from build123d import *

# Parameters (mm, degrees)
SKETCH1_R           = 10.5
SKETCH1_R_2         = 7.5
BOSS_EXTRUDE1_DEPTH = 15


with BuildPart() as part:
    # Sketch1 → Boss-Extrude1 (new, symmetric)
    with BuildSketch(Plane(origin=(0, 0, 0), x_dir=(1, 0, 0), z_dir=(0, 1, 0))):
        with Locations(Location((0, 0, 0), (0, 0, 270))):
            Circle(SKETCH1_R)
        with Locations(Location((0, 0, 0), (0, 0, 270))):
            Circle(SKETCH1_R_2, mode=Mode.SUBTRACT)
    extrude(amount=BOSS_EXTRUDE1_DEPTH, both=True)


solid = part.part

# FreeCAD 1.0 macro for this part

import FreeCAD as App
import Part
import Sketcher
from FreeCAD import Vector
Q = App.Units.Quantity

doc = App.newDocument("Part")
body = doc.addObject("PartDesign::Body", "Body")

sketch1 = doc.addObject("Sketcher::SketchObject", "Sketch")
body.addObject(sketch1)
sketch1.AttachmentSupport = (doc.XZ_Plane, [""])
sketch1.MapMode = "FlatFace"
sketch1.addGeometry(Part.Circle(Vector(0, 0, 0), Vector(0, 0, 1), 10), False)
sketch1.addGeometry(Part.Circle(Vector(0, 0, 0), Vector(0, 0, 1), 8), False)
sketch1.addConstraint(Sketcher.Constraint("Coincident", 0, 3, -1, 1))
sketch1.addConstraint(Sketcher.Constraint("Coincident", 1, 3, -1, 1))
sketch1.addConstraint(Sketcher.Constraint("Diameter", 0, Q("21 mm")))
sketch1.addConstraint(Sketcher.Constraint("Diameter", 1, Q("15 mm")))
pad1 = doc.addObject("PartDesign::Pad", "Pad")
body.addObject(pad1)
pad1.Profile = sketch1
pad1.Length = 30
pad1.Midplane = True

doc.recompute()
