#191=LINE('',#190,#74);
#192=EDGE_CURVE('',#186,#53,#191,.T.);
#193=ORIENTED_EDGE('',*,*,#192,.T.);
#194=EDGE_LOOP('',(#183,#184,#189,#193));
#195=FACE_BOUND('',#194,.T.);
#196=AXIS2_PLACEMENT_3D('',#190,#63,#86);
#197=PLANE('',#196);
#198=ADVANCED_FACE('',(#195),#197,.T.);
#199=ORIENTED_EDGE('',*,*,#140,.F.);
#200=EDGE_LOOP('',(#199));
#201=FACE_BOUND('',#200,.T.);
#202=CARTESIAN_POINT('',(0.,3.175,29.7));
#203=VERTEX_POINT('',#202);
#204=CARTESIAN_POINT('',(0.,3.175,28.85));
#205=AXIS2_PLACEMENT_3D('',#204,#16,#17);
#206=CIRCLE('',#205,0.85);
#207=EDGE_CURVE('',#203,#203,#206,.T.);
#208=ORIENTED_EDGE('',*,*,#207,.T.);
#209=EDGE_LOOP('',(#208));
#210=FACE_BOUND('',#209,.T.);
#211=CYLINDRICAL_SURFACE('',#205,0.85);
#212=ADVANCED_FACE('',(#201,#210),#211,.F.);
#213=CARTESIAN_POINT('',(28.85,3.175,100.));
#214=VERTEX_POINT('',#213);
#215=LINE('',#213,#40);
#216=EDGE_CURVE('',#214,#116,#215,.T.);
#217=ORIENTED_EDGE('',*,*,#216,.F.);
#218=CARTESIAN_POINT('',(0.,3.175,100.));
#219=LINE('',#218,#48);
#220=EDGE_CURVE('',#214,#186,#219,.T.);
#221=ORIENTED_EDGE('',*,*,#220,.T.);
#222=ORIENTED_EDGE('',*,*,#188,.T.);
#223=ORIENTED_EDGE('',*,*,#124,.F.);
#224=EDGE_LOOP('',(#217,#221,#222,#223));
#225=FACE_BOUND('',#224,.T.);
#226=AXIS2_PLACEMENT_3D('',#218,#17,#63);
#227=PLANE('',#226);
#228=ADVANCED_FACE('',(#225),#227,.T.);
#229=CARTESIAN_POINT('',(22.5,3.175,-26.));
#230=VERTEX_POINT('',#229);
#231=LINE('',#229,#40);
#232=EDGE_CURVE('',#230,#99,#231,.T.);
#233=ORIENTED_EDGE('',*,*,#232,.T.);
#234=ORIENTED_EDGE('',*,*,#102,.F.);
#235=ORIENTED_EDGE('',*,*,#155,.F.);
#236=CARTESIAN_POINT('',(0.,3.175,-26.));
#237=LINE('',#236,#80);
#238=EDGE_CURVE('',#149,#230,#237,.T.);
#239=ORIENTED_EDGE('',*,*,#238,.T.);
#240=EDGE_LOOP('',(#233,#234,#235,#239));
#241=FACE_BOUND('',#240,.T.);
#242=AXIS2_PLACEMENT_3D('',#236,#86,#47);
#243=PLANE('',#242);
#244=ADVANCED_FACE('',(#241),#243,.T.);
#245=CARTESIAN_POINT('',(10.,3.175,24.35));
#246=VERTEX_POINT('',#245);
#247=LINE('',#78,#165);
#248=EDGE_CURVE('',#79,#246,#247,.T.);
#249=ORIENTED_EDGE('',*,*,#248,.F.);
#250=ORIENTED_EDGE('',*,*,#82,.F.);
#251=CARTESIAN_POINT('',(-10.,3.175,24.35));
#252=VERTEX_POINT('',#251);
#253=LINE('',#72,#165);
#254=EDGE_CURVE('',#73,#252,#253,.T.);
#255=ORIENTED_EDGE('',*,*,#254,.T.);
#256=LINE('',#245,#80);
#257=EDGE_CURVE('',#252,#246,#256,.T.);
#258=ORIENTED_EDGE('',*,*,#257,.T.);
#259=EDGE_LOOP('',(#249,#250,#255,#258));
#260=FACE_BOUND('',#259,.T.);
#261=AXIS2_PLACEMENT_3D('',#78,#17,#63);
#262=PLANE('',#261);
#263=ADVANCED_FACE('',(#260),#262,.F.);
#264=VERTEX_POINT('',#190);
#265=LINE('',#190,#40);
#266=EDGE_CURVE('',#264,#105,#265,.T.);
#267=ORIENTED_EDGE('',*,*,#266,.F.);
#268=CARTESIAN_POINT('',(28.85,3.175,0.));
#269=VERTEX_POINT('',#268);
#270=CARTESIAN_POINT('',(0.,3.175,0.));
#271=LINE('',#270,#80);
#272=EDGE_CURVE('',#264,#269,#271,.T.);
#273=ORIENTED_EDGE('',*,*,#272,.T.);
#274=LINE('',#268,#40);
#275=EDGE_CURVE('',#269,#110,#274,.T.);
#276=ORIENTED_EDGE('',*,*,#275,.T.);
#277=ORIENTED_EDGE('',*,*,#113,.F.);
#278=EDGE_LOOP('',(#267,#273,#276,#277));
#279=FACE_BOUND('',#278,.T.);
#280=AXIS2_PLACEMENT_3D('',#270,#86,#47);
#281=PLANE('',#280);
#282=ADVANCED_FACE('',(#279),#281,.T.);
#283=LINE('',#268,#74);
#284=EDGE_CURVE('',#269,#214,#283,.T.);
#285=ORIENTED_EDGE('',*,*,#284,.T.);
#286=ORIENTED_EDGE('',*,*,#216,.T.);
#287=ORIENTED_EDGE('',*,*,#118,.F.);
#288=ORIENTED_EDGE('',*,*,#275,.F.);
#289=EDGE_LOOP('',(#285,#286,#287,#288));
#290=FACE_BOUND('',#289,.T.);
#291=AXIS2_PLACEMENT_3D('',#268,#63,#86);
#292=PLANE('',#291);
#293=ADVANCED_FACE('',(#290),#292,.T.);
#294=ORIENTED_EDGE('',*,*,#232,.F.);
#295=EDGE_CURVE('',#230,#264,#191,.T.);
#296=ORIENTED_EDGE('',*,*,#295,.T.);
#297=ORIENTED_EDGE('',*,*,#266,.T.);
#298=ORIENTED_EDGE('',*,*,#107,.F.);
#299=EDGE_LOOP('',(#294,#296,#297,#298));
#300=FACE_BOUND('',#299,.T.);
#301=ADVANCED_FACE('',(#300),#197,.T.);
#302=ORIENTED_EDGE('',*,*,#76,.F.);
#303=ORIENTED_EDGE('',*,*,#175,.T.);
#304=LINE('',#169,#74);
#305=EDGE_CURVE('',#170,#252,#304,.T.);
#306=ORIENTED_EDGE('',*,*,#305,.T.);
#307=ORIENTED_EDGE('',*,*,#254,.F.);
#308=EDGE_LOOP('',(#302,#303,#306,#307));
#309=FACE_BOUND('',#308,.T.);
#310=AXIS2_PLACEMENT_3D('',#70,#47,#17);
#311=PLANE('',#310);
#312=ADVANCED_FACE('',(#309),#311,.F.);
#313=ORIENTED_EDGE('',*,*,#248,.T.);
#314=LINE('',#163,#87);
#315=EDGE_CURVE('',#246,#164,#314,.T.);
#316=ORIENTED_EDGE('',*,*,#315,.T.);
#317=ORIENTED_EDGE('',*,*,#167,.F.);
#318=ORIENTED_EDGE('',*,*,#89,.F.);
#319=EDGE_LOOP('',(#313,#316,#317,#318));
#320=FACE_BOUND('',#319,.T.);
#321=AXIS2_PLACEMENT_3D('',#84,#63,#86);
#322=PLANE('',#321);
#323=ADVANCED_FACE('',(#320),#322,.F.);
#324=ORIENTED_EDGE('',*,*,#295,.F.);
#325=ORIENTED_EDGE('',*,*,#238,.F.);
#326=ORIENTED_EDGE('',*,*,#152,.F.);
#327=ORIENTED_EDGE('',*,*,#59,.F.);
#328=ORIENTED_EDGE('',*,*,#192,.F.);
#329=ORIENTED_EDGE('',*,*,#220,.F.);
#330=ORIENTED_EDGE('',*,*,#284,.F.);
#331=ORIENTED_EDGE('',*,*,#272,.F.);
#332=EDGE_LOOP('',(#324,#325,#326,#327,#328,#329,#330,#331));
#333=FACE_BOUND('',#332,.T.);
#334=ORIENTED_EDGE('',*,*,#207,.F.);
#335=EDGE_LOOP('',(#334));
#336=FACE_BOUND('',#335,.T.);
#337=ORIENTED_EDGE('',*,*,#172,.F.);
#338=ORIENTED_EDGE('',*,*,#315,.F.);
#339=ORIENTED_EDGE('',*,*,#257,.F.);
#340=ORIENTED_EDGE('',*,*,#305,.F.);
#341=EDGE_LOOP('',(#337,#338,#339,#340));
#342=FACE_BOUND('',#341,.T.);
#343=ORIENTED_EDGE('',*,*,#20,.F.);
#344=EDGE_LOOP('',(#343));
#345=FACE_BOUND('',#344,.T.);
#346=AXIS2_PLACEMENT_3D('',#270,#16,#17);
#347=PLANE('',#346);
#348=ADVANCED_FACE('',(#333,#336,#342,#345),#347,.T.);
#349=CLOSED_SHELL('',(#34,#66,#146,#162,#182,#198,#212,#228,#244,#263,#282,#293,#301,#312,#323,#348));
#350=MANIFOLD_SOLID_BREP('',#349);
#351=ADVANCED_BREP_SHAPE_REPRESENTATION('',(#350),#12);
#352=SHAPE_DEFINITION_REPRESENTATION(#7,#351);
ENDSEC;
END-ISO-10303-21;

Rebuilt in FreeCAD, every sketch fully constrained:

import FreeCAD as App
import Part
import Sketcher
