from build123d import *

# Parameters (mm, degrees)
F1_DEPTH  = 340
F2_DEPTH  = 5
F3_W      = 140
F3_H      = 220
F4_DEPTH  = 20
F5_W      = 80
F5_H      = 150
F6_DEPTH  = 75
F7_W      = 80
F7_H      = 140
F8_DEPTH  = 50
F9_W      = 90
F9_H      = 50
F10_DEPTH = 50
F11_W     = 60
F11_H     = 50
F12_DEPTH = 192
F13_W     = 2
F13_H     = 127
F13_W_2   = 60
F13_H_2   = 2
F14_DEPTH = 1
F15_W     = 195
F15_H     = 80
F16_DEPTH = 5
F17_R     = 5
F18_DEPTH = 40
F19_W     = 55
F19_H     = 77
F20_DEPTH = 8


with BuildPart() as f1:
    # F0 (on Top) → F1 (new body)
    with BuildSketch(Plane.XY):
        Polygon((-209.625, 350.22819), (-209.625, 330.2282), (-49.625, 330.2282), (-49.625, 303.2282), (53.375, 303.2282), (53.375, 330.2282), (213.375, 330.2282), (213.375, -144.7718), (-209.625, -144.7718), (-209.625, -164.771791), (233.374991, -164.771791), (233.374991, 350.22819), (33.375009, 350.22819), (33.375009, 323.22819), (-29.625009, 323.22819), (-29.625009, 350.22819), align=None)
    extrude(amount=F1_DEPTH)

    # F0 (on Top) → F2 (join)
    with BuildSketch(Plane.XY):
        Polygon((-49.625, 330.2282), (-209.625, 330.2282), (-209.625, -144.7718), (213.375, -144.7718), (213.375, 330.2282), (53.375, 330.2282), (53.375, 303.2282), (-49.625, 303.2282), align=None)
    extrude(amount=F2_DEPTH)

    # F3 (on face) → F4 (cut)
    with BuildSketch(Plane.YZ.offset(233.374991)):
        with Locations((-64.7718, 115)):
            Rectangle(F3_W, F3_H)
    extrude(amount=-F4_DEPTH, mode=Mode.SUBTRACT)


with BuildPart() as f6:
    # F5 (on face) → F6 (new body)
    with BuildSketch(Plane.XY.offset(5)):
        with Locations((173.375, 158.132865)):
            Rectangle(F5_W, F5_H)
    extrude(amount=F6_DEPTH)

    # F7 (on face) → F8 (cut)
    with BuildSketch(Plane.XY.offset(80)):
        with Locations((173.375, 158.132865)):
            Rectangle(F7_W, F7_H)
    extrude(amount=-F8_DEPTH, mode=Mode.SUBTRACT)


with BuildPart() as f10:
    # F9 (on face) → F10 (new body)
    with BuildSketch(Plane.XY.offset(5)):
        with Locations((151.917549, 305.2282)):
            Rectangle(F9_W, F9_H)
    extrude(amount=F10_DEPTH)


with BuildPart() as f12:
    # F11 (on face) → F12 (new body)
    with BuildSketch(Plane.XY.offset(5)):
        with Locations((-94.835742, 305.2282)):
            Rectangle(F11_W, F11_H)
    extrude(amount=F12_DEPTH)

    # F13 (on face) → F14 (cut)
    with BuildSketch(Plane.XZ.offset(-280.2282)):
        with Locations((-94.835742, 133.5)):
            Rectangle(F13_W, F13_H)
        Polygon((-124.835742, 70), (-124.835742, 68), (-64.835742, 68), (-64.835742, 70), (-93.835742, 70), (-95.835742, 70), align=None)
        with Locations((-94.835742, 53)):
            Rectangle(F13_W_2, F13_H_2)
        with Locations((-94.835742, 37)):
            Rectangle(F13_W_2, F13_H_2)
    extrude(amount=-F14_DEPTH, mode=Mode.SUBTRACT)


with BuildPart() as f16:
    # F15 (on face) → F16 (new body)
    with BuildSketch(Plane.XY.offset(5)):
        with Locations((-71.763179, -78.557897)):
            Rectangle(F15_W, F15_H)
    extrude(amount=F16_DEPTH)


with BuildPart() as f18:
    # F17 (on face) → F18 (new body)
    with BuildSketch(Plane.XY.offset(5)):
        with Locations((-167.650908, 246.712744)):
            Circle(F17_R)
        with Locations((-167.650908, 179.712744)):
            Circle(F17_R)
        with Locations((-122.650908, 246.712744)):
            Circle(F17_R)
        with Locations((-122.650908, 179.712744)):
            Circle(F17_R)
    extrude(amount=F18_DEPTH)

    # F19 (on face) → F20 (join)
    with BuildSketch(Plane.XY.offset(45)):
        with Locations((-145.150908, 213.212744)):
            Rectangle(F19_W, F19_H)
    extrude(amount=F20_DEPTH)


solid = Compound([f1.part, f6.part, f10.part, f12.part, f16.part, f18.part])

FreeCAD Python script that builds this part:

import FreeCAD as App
import Part
import Sketcher

V = App.Vector
Q = App.Units.Quantity


def add_polygon(sketch, points):
    """Adds a closed chain of lines whose ends are joined by coincident constraints."""
    first, n = sketch.GeometryCount, len(points)
    for a, b in zip(points, points[1:] + points[:1]):
        sketch.addGeometry(Part.LineSegment(App.Vector(*a, 0), App.Vector(*b, 0)), False)
    for i in range(n):
        sketch.addConstraint(Sketcher.Constraint("Coincident", first + i, 2, first + (i + 1) % n, 1))

doc = App.newDocument("Part")
params = doc.addObject("Spreadsheet::Sheet", "Params")
for row, (alias, value) in enumerate([
    ("sketch1_width", "160 mm"),
    ("sketch1_width2", "103 mm"),
    ("sketch1_height", "27 mm"),
    ("sketch1_height2", "475 mm"),
    ("pad1_length", "340 mm"),
    ("sketch2_width", "160 mm"),
    ("sketch2_width2", "423 mm"),
    ("sketch2_height", "475 mm"),
    ("sketch2_height2", "27 mm"),
    ("pad2_length", "5 mm"),
    ("sketch3_width", "140 mm"),
    ("sketch3_height", "220 mm"),
    ("pocket1_length", "20 mm"),
    ("sketch4_width", "80 mm"),
    ("sketch4_height", "150 mm"),
    ("pad3_length", "75 mm"),
    ("sketch5_width", "80 mm"),
    ("sketch5_height", "140 mm"),
    ("pocket2_length", "50 mm"),
    ("sketch6_width", "90 mm"),
    ("sketch6_height", "50 mm"),
    ("pad4_length", "50 mm"),
    ("sketch7_width", "60 mm"),
    ("sketch7_height", "50 mm"),
    ("pad5_length", "192 mm"),
    ("sketch8_width", "29 mm"),
    ("sketch8_width2", "60 mm"),
    ("sketch8_height", "127 mm"),
    ("pocket3_length", "1 mm"),
    ("sketch9_width", "195 mm"),
    ("sketch9_height", "80 mm"),
    ("pad6_length", "5 mm"),
    ("sketch10_diameter", "10 mm"),
    ("pad7_length", "40 mm"),
    ("sketch11_width", "55 mm"),
    ("sketch11_height", "77 mm"),
    ("pad8_length", "8 mm"),
], start=1):
    params.set(f"A{row}", alias)
    params.set(f"B{row}", "=" + value)
    params.setAlias(f"B{row}", alias)

body = doc.addObject("PartDesign::Body", "Body")

sketch1 = body.newObject("Sketcher::SketchObject", "Sketch")
sketch1.AttachmentSupport = (doc.getObject("XY_Plane"), [""])
sketch1.MapMode = "FlatFace"
add_polygon(sketch1, [(-209.625, 350.22819), (-209.625, 330.2282), (-49.625, 330.2282), (-49.625, 303.2282), (53.375, 303.2282), (53.375, 330.2282), (213.375, 330.2282), (213.375, -144.7718), (-209.625, -144.7718), (-209.625, -164.771791), (233.374991, -164.771791), (233.374991, 350.22819), (33.375009, 350.22819), (33.375009, 323.22819), (-29.625009, 323.22819), (-29.625009, 350.22819)])
sketch1.addConstraint([
    Sketcher.Constraint("Vertical", 0),
    Sketcher.Constraint("Horizontal", 1),
    Sketcher.Constraint("Vertical", 2),
    Sketcher.Constraint("Horizontal", 3),
    Sketcher.Constraint("Vertical", 4),
    Sketcher.Constraint("Horizontal", 5),
    Sketcher.Constraint("Vertical", 6),
    Sketcher.Constraint("Horizontal", 7),
    Sketcher.Constraint("Vertical", 8),
    Sketcher.Constraint("Horizontal", 9),
    Sketcher.Constraint("Vertical", 10),
    Sketcher.Constraint("Horizontal", 11),
    Sketcher.Constraint("Vertical", 12),
    Sketcher.Constraint("Horizontal", 13),
    Sketcher.Constraint("Vertical", 14),
    Sketcher.Constraint("Horizontal", 15),
    Sketcher.Constraint("Horizontal", 1, 2, 4, 2),
    Sketcher.Constraint("Horizontal", 11, 2, 14, 2),
    Sketcher.Constraint("Vertical", 0, 2, 7, 2),
    Sketcher.Constraint("Equal", 1, 5),
    Sketcher.Constraint("Equal", 0, 8),
    Sketcher.Constraint("Equal", 4, 12),
    Sketcher.Constraint("DistanceX", 1, 1, 1, 2, Q("160 mm")),
    Sketcher.Constraint("DistanceX", 3, 1, 3, 2, Q("103 mm")),
    Sketcher.Constraint("DistanceY", 2, 2, 2, 1, Q("27 mm")),
    Sketcher.Constraint("DistanceY", 6, 2, 6, 1, Q("475 mm")),
    Sketcher.Constraint("DistanceX", 0, 2, -1, 1, Q("209.625 mm")),
    Sketcher.Constraint("DistanceX", 9, 1, 9, 2, Q("442.999991 mm")),
    Sketcher.Constraint("DistanceX", 11, 2, 11, 1, Q("199.999982 mm")),
    Sketcher.Constraint("DistanceX", 15, 2, 15, 1, Q("179.999991 mm")),
    Sketcher.Constraint("DistanceY", 0, 2, 0, 1, Q("19.99999 mm")),
    Sketcher.Constraint("DistanceY", -1, 1, 0, 2, Q("330.2282 mm")),
])
sketch1.setExpression("Constraints[38]", "Params.sketch1_width")
sketch1.setExpression("Constraints[39]", "Params.sketch1_width2")
sketch1.setExpression("Constraints[40]", "Params.sketch1_height")
sketch1.setExpression("Constraints[41]", "Params.sketch1_height2")
pad1 = body.newObject("PartDesign::Pad", "Pad")
pad1.Profile = sketch1
pad1.setExpression("Length", "Params.pad1_length")

sketch2 = body.newObject("Sketcher::SketchObject", "Sketch001")
sketch2.AttachmentSupport = (doc.getObject("XY_Plane"), [""])
sketch2.MapMode = "FlatFace"
add_polygon(sketch2, [(-49.625, 330.2282), (-209.625, 330.2282), (-209.625, -144.7718), (213.375, -144.7718), (213.375, 330.2282), (53.375, 330.2282), (53.375, 303.2282), (-49.625, 303.2282)])
sketch2.addConstraint([
    Sketcher.Constraint("Horizontal", 0),
    Sketcher.Constraint("Vertical", 1),
    Sketcher.Constraint("Horizontal", 2),
    Sketcher.Constraint("Vertical", 3),
    Sketcher.Constraint("Horizontal", 4),
    Sketcher.Constraint("Vertical", 5),
    Sketcher.Constraint("Horizontal", 6),
    Sketcher.Constraint("Vertical", 7),
    Sketcher.Constraint("Horizontal", 0, 2, 3, 2),
    Sketcher.Constraint("Equal", 0, 4),
    Sketcher.Constraint("DistanceX", 0, 2, 0, 1, Q("160 mm")),
    Sketcher.Constraint("DistanceX", 2, 1, 2, 2, Q("423 mm")),
    Sketcher.Constraint("DistanceY", 1, 2, 1, 1, Q("475 mm")),
    Sketcher.Constraint("DistanceY", 5, 2, 5, 1, Q("27 mm")),
    Sketcher.Constraint("DistanceX", 0, 2, -1, 1, Q("209.625 mm")),
    Sketcher.Constraint("DistanceY", -1, 1, 0, 2, Q("330.2282 mm")),
])
sketch2.setExpression("Constraints[18]", "Params.sketch2_width")
sketch2.setExpression("Constraints[19]", "Params.sketch2_width2")
sketch2.setExpression("Constraints[20]", "Params.sketch2_height")
sketch2.setExpression("Constraints[21]", "Params.sketch2_height2")
pad2 = body.newObject("PartDesign::Pad", "Pad001")
pad2.Profile = sketch2
pad2.setExpression("Length", "Params.pad2_length")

^^^^^^^^

#### Task brief
Look above for the line with "#202=CARTESIAN_POINT('',(0.,3.175,29.7));" and the line with "#228=ADVANCED_FACE('',(#225),#227,.T.);". Retype those two lines and every line between them exactly, adding nothing.

#### Answer box
#202=CARTESIAN_POINT('',(0.,3.175,29.7));
#203=VERTEX_POINT('',#202);
#204=CARTESIAN_POINT('',(0.,3.175,28.85));
#205=AXIS2_PLACEMENT_3D('',#204,#16,#17);
#206=CIRCLE('',#205,0.85);
#207=EDGE_CURVE('',#203,#203,#206,.T.);
#208=ORIENTED_EDGE('',*,*,#207,.T.);
#209=EDGE_LOOP('',(#208));
#210=FACE_BOUND('',#209,.T.);
#211=CYLINDRICAL_SURFACE('',#205,0.85);
#212=ADVANCED_FACE('',(#201,#210),#211,.F.);
#213=CARTESIAN_POINT('',(28.85,3.175,100.));
#214=VERTEX_POINT('',#213);
#215=LINE('',#213,#40);
#216=EDGE_CURVE('',#214,#116,#215,.T.);
#217=ORIENTED_EDGE('',*,*,#216,.F.);
#218=CARTESIAN_POINT('',(0.,3.175,100.));
#219=LINE('',#218,#48);
#220=EDGE_CURVE('',#214,#186,#219,.T.);
#221=ORIENTED_EDGE('',*,*,#220,.T.);
#222=ORIENTED_EDGE('',*,*,#188,.T.);
#223=ORIENTED_EDGE('',*,*,#124,.F.);
#224=EDGE_LOOP('',(#217,#221,#222,#223));
#225=FACE_BOUND('',#224,.T.);
#226=AXIS2_PLACEMENT_3D('',#218,#17,#63);
#227=PLANE('',#226);
#228=ADVANCED_FACE('',(#225),#227,.T.);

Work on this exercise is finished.